Newark-based artist Adebunmi Gbadebo will apprentice with John, working on research and community engagement.

The an Italian explorer and navigator who completed four voyages across the Atlantic Ocean, sponsored by the Catholic Monarchs of Spain, resulting in the first European contact with the Caribbean, Central America, and South America.

While celebrated for paving the way for widespread European exploration and colonization of the Americas, Columbus is criticized for his alleged brutality and initiating the depopulation of the indigenous Americans, whether by disease or intentional genocide.

As a result of both the protests and riots that followed the murder of George Floyd in 2020, many public monuments of Christopher Columbus began to be removed. At least 33 Christopher Columbus statues have been taken down since the renewed Black Lives Matter protests began in late spring, according to CBS News.

A 2019 study published in the journal Quaternary Science Review estimated that between 1492 and 1600, about 55 million people in the Americas died.

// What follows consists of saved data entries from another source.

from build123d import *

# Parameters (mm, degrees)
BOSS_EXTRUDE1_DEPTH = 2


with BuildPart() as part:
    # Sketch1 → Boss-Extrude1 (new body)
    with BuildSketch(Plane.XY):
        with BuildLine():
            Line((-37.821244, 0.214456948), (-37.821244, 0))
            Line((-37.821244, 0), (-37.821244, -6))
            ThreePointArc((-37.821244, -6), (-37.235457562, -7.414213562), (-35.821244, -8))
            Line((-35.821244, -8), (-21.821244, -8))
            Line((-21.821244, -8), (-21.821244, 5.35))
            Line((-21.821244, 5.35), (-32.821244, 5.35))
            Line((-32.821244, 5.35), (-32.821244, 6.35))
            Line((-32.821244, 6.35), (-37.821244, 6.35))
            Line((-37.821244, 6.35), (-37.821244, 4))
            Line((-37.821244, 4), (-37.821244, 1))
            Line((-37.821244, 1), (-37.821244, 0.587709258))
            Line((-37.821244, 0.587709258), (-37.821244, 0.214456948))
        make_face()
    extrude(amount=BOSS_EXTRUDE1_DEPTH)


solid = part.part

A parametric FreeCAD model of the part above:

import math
import FreeCAD as App
import Part
import Sketcher
from FreeCAD import Vector
Q = App.Units.Quantity

doc = App.newDocument("Part")
body = doc.addObject("PartDesign::Body", "Body")

sketch1 = body.newObject("Sketcher::SketchObject", "Sketch")
sketch1.AttachmentSupport = (doc.getObject("XY_Plane"), [""])
sketch1.MapMode = "FlatFace"
sketch1.addGeometry([
    Part.ArcOfCircle(Part.Circle(Vector(-35.8, -6, 0), Vector(0, 0, 1), 2), math.radians(-180), math.radians(-90)),
    Part.LineSegment(Vector(-35.8, -8, 0), Vector(-21.8, -8, 0)),
    Part.LineSegment(Vector(-21.8, -8, 0), Vector(-21.8, 5.3, 0)),
    Part.LineSegment(Vector(-21.8, 5.3, 0), Vector(-32.8, 5.3, 0)),
    Part.LineSegment(Vector(-32.8, 5.3, 0), Vector(-32.8, 6.3, 0)),
    Part.LineSegment(Vector(-32.8, 6.3, 0), Vector(-37.8, 6.3, 0)),
    Part.LineSegment(Vector(-37.8, 6.3, 0), Vector(-37.8, -6, 0)),
], False)
sketch1.addConstraint([
    Sketcher.Constraint("Tangent", 0, 2, 1, 1),
    Sketcher.Constraint("Coincident", 1, 2, 2, 1),
    Sketcher.Constraint("Coincident", 2, 2, 3, 1),
    Sketcher.Constraint("Coincident", 3, 2, 4, 1),
    Sketcher.Constraint("Coincident", 4, 2, 5, 1),
    Sketcher.Constraint("Coincident", 5, 2, 6, 1),
    Sketcher.Constraint("Tangent", 6, 2, 0, 1),
    Sketcher.Constraint("Horizontal", 1),
    Sketcher.Constraint("Vertical", 2),
    Sketcher.Constraint("Horizontal", 3),
    Sketcher.Constraint("Vertical", 4),
    Sketcher.Constraint("Horizontal", 5),
    Sketcher.Constraint("Vertical", 6),
    Sketcher.Constraint("Radius", 0, Q("2 mm")),
    Sketcher.Constraint("DistanceX", 1, 1, 1, 2, Q("14 mm")),
    Sketcher.Constraint("DistanceX", 3, 2, 3, 1, Q("11 mm")),
    Sketcher.Constraint("DistanceY", 4, 1, 4, 2, Q("1 mm")),
    Sketcher.Constraint("DistanceY", 0, 3, -1, 1, Q("6 mm")),
    Sketcher.Constraint("DistanceY", 2, 1, 2, 2, Q("13.35 mm")),
    Sketcher.Constraint("DistanceX", 0, 3, -1, 1, Q("35.821244 mm")),
])
pad1 = body.newObject("PartDesign::Pad", "Pad")
pad1.Profile = sketch1
pad1.Length = 2

doc.recompute()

The Taíno people were virtually wiped out in the decades after Columbus first arrived on the island of Hispaniola, where Haiti and the Dominican Republic sit today. 

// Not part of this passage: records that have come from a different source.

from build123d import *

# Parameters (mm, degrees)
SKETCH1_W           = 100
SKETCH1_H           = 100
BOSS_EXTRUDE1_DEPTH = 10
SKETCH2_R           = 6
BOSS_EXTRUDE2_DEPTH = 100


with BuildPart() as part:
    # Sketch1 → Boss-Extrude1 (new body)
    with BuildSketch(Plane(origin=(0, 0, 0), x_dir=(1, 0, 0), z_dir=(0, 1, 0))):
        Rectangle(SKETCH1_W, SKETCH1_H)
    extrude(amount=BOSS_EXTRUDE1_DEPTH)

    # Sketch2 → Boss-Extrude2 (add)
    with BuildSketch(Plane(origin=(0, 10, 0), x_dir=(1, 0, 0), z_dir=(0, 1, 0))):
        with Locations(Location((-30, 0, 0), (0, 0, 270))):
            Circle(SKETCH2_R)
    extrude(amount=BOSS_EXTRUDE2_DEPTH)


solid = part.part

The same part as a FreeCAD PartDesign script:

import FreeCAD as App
import Part
import Sketcher
from FreeCAD import Vector
Q = App.Units.Quantity

doc = App.newDocument("Part")
params = doc.addObject("Spreadsheet::Sheet", "Params")
for row, (alias, value) in enumerate([
    ("sketch1_width", "100 mm"),
    ("pad1_length", "10 mm"),
    ("sketch2_diameter", "12 mm"),
    ("pad2_length", "100 mm"),
], start=1):
    params.set(f"A{row}", alias)
    params.set(f"B{row}", "=" + value)
    params.setAlias(f"B{row}", alias)

body = doc.addObject("PartDesign::Body", "Body")

# Sketch on XZ plane
sketch1 = doc.addObject("Sketcher::SketchObject", "Sketch")
body.addObject(sketch1)
sketch1.AttachmentSupport = (doc.XZ_Plane, [""])
sketch1.MapMode = "FlatFace"
sketch1.addGeometry(Part.LineSegment(Vector(-50, -50, 0), Vector(-50, 50, 0)), False)
sketch1.addGeometry(Part.LineSegment(Vector(-50, 50, 0), Vector(50, 50, 0)), False)
sketch1.addGeometry(Part.LineSegment(Vector(50, 50, 0), Vector(50, -50, 0)), False)
sketch1.addGeometry(Part.LineSegment(Vector(50, -50, 0), Vector(-50, -50, 0)), False)
sketch1.addConstraint(Sketcher.Constraint("Coincident", 0, 2, 1, 1))
sketch1.addConstraint(Sketcher.Constraint("Coincident", 1, 2, 2, 1))
sketch1.addConstraint(Sketcher.Constraint("Coincident", 2, 2, 3, 1))
sketch1.addConstraint(Sketcher.Constraint("Coincident", 3, 2, 0, 1))
sketch1.addConstraint(Sketcher.Constraint("Vertical", 0))
sketch1.addConstraint(Sketcher.Constraint("Horizontal", 1))
sketch1.addConstraint(Sketcher.Constraint("Vertical", 2))
sketch1.addConstraint(Sketcher.Constraint("Horizontal", 3))
sketch1.addConstraint(Sketcher.Constraint("Symmetric", 0, 2, 2, 2, -1, 1))
sketch1.addConstraint(Sketcher.Constraint("Equal", 3, 0))
sketch1.addConstraint(Sketcher.Constraint("DistanceX", 1, 1, 1, 2, Q("100 mm")))
sketch1.setExpression("Constraints[10]", "Params.sketch1_width")
pad1 = doc.addObject("PartDesign::Pad", "Pad")
body.addObject(pad1)
pad1.Profile = sketch1
pad1.setExpression("Length", "Params.pad1_length")
pad1.Reversed = True

# Sketch on XZ plane
sketch2 = doc.addObject("Sketcher::SketchObject", "Sketch001")
body.addObject(sketch2)
sketch2.AttachmentSupport = (doc.XZ_Plane, [""])
sketch2.MapMode = "FlatFace"
sketch2.AttachmentOffset = App.Placement(Vector(0, 0, -10), App.Rotation())
sketch2.addGeometry(Part.Circle(Vector(-30, 0, 0), Vector(0, 0, 1), 6), False)
sketch2.addConstraint(Sketcher.Constraint("PointOnObject", 0, 3, -1))
sketch2.addConstraint(Sketcher.Constraint("Diameter", 0, Q("12 mm")))
sketch2.addConstraint(Sketcher.Constraint("DistanceX", 0, 3, -1, 1, Q("30 mm")))
sketch2.setExpression("Constraints[1]", "Params.sketch2_diameter")
pad2 = doc.addObject("PartDesign::Pad", "Pad001")
body.addObject(pad2)
pad2.Profile = sketch2
pad2.setExpression("Length", "Params.pad2_length")
pad2.Reversed = True

doc.recompute()
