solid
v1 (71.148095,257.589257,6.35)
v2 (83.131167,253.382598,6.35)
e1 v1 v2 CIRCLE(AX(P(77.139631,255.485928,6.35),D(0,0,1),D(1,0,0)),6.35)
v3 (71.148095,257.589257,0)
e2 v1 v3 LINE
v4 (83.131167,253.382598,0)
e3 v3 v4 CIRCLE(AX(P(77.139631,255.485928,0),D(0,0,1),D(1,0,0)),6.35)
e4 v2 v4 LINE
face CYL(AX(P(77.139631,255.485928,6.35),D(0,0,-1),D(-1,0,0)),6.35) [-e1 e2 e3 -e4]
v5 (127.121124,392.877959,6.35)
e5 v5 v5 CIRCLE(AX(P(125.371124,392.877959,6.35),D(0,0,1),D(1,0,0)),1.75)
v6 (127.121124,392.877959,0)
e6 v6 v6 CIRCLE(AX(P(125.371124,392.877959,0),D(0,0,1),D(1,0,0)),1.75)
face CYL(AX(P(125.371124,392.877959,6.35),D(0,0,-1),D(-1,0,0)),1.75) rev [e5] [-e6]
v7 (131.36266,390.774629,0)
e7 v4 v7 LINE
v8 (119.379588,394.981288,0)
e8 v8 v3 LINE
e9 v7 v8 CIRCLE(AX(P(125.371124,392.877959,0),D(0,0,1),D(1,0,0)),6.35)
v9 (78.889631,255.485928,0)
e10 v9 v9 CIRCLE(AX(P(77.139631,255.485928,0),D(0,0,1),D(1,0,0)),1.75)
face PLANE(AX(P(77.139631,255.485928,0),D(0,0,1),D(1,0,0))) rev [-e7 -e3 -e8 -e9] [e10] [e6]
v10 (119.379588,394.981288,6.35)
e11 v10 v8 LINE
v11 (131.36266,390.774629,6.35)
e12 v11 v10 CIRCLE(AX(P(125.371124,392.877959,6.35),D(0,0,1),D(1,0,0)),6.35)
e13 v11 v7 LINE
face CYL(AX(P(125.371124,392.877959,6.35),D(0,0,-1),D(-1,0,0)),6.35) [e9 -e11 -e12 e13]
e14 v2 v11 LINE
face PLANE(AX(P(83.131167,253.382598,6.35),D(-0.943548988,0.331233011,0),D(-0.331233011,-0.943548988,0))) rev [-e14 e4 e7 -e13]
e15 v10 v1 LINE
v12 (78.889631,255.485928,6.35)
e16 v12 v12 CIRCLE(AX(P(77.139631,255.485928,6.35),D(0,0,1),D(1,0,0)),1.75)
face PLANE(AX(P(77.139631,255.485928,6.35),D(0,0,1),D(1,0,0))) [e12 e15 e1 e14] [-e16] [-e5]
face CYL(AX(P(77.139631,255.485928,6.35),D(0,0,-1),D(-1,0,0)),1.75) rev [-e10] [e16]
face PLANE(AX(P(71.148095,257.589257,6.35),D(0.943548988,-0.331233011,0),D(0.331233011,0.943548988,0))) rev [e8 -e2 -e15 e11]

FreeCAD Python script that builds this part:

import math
import FreeCAD as App
import Part
import Sketcher

V = App.Vector
Q = App.Units.Quantity

doc = App.newDocument("Part")
body = doc.addObject("PartDesign::Body", "Body")

sketch1 = doc.addObject("Sketcher::SketchObject", "Sketch")
body.addObject(sketch1)
sketch1.AttachmentSupport = (doc.XY_Plane, [""])
sketch1.MapMode = "FlatFace"
sketch1.addGeometry([
    Part.LineSegment(V(119.4, 395, 0), V(71.1, 257.6, 0)),
    Part.ArcOfCircle(Part.Circle(V(77.1, 255.5, 0), V(0, 0, 1), 6.3), math.radians(161), math.radians(341)),
    Part.LineSegment(V(83.1, 253.4, 0), V(131.4, 390.8, 0)),
    Part.ArcOfCircle(Part.Circle(V(125.4, 392.9, 0), V(0, 0, 1), 6.3), math.radians(-19), math.radians(161)),
    Part.Circle(V(77.1, 255.5, 0), V(0, 0, 1), 1.8),
    Part.Circle(V(125.4, 392.9, 0), V(0, 0, 1), 1.8),
], False)
sketch1.addConstraint([
    Sketcher.Constraint("Tangent", 0, 2, 1, 1),
    Sketcher.Constraint("Tangent", 1, 2, 2, 1),
    Sketcher.Constraint("Tangent", 2, 2, 3, 1),
    Sketcher.Constraint("Tangent", 3, 2, 0, 1),
    Sketcher.Constraint("Coincident", 4, 3, 1, 3),
    Sketcher.Constraint("Coincident", 5, 3, 3, 3),
    Sketcher.Constraint("Equal", 1, 3),
    Sketcher.Constraint("Equal", 4, 5),
    Sketcher.Constraint("Radius", 1, Q("0.25 in")),
    Sketcher.Constraint("Diameter", 4, Q("3.5 mm")),
    Sketcher.Constraint("DistanceY", -1, 1, 1, 2, Q("253.382598 mm")),
    Sketcher.Constraint("DistanceY", 0, 2, 3, 3, Q("135.288701 mm")),
    Sketcher.Constraint("DistanceX", -1, 1, 1, 3, Q("77.139631 mm")),
    Sketcher.Constraint("DistanceY", -1, 1, 3, 3, Q("392.877959 mm")),
])
pad1 = doc.addObject("PartDesign::Pad", "Pad")
body.addObject(pad1)
pad1.Profile = sketch1
pad1.Length = Q("0.25 in")

doc.recompute()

Some Italian-American leaders have been frustrated that the Columbus statues were taken down, because they have long viewed the explorer as an emblem of Italian heritage.

As the discourse about the removal of monuments valorizing white supremacist or colonial figures continues to evolve amid Black Lives Matter protests, memorials to Christopher Columbus are at the center of a curious debate between those who advocate for their destruction or removal and those calling for the monuments to be preserved.

Some groups, including the Italian-American Heritage Society of Chicago, supported the removal of the Columbus statues. In an interview with the Chicago Sun Times, the founder and president of the organization, Gabriel Piemonte, told reporters that the statue was “a disgrace to the city.”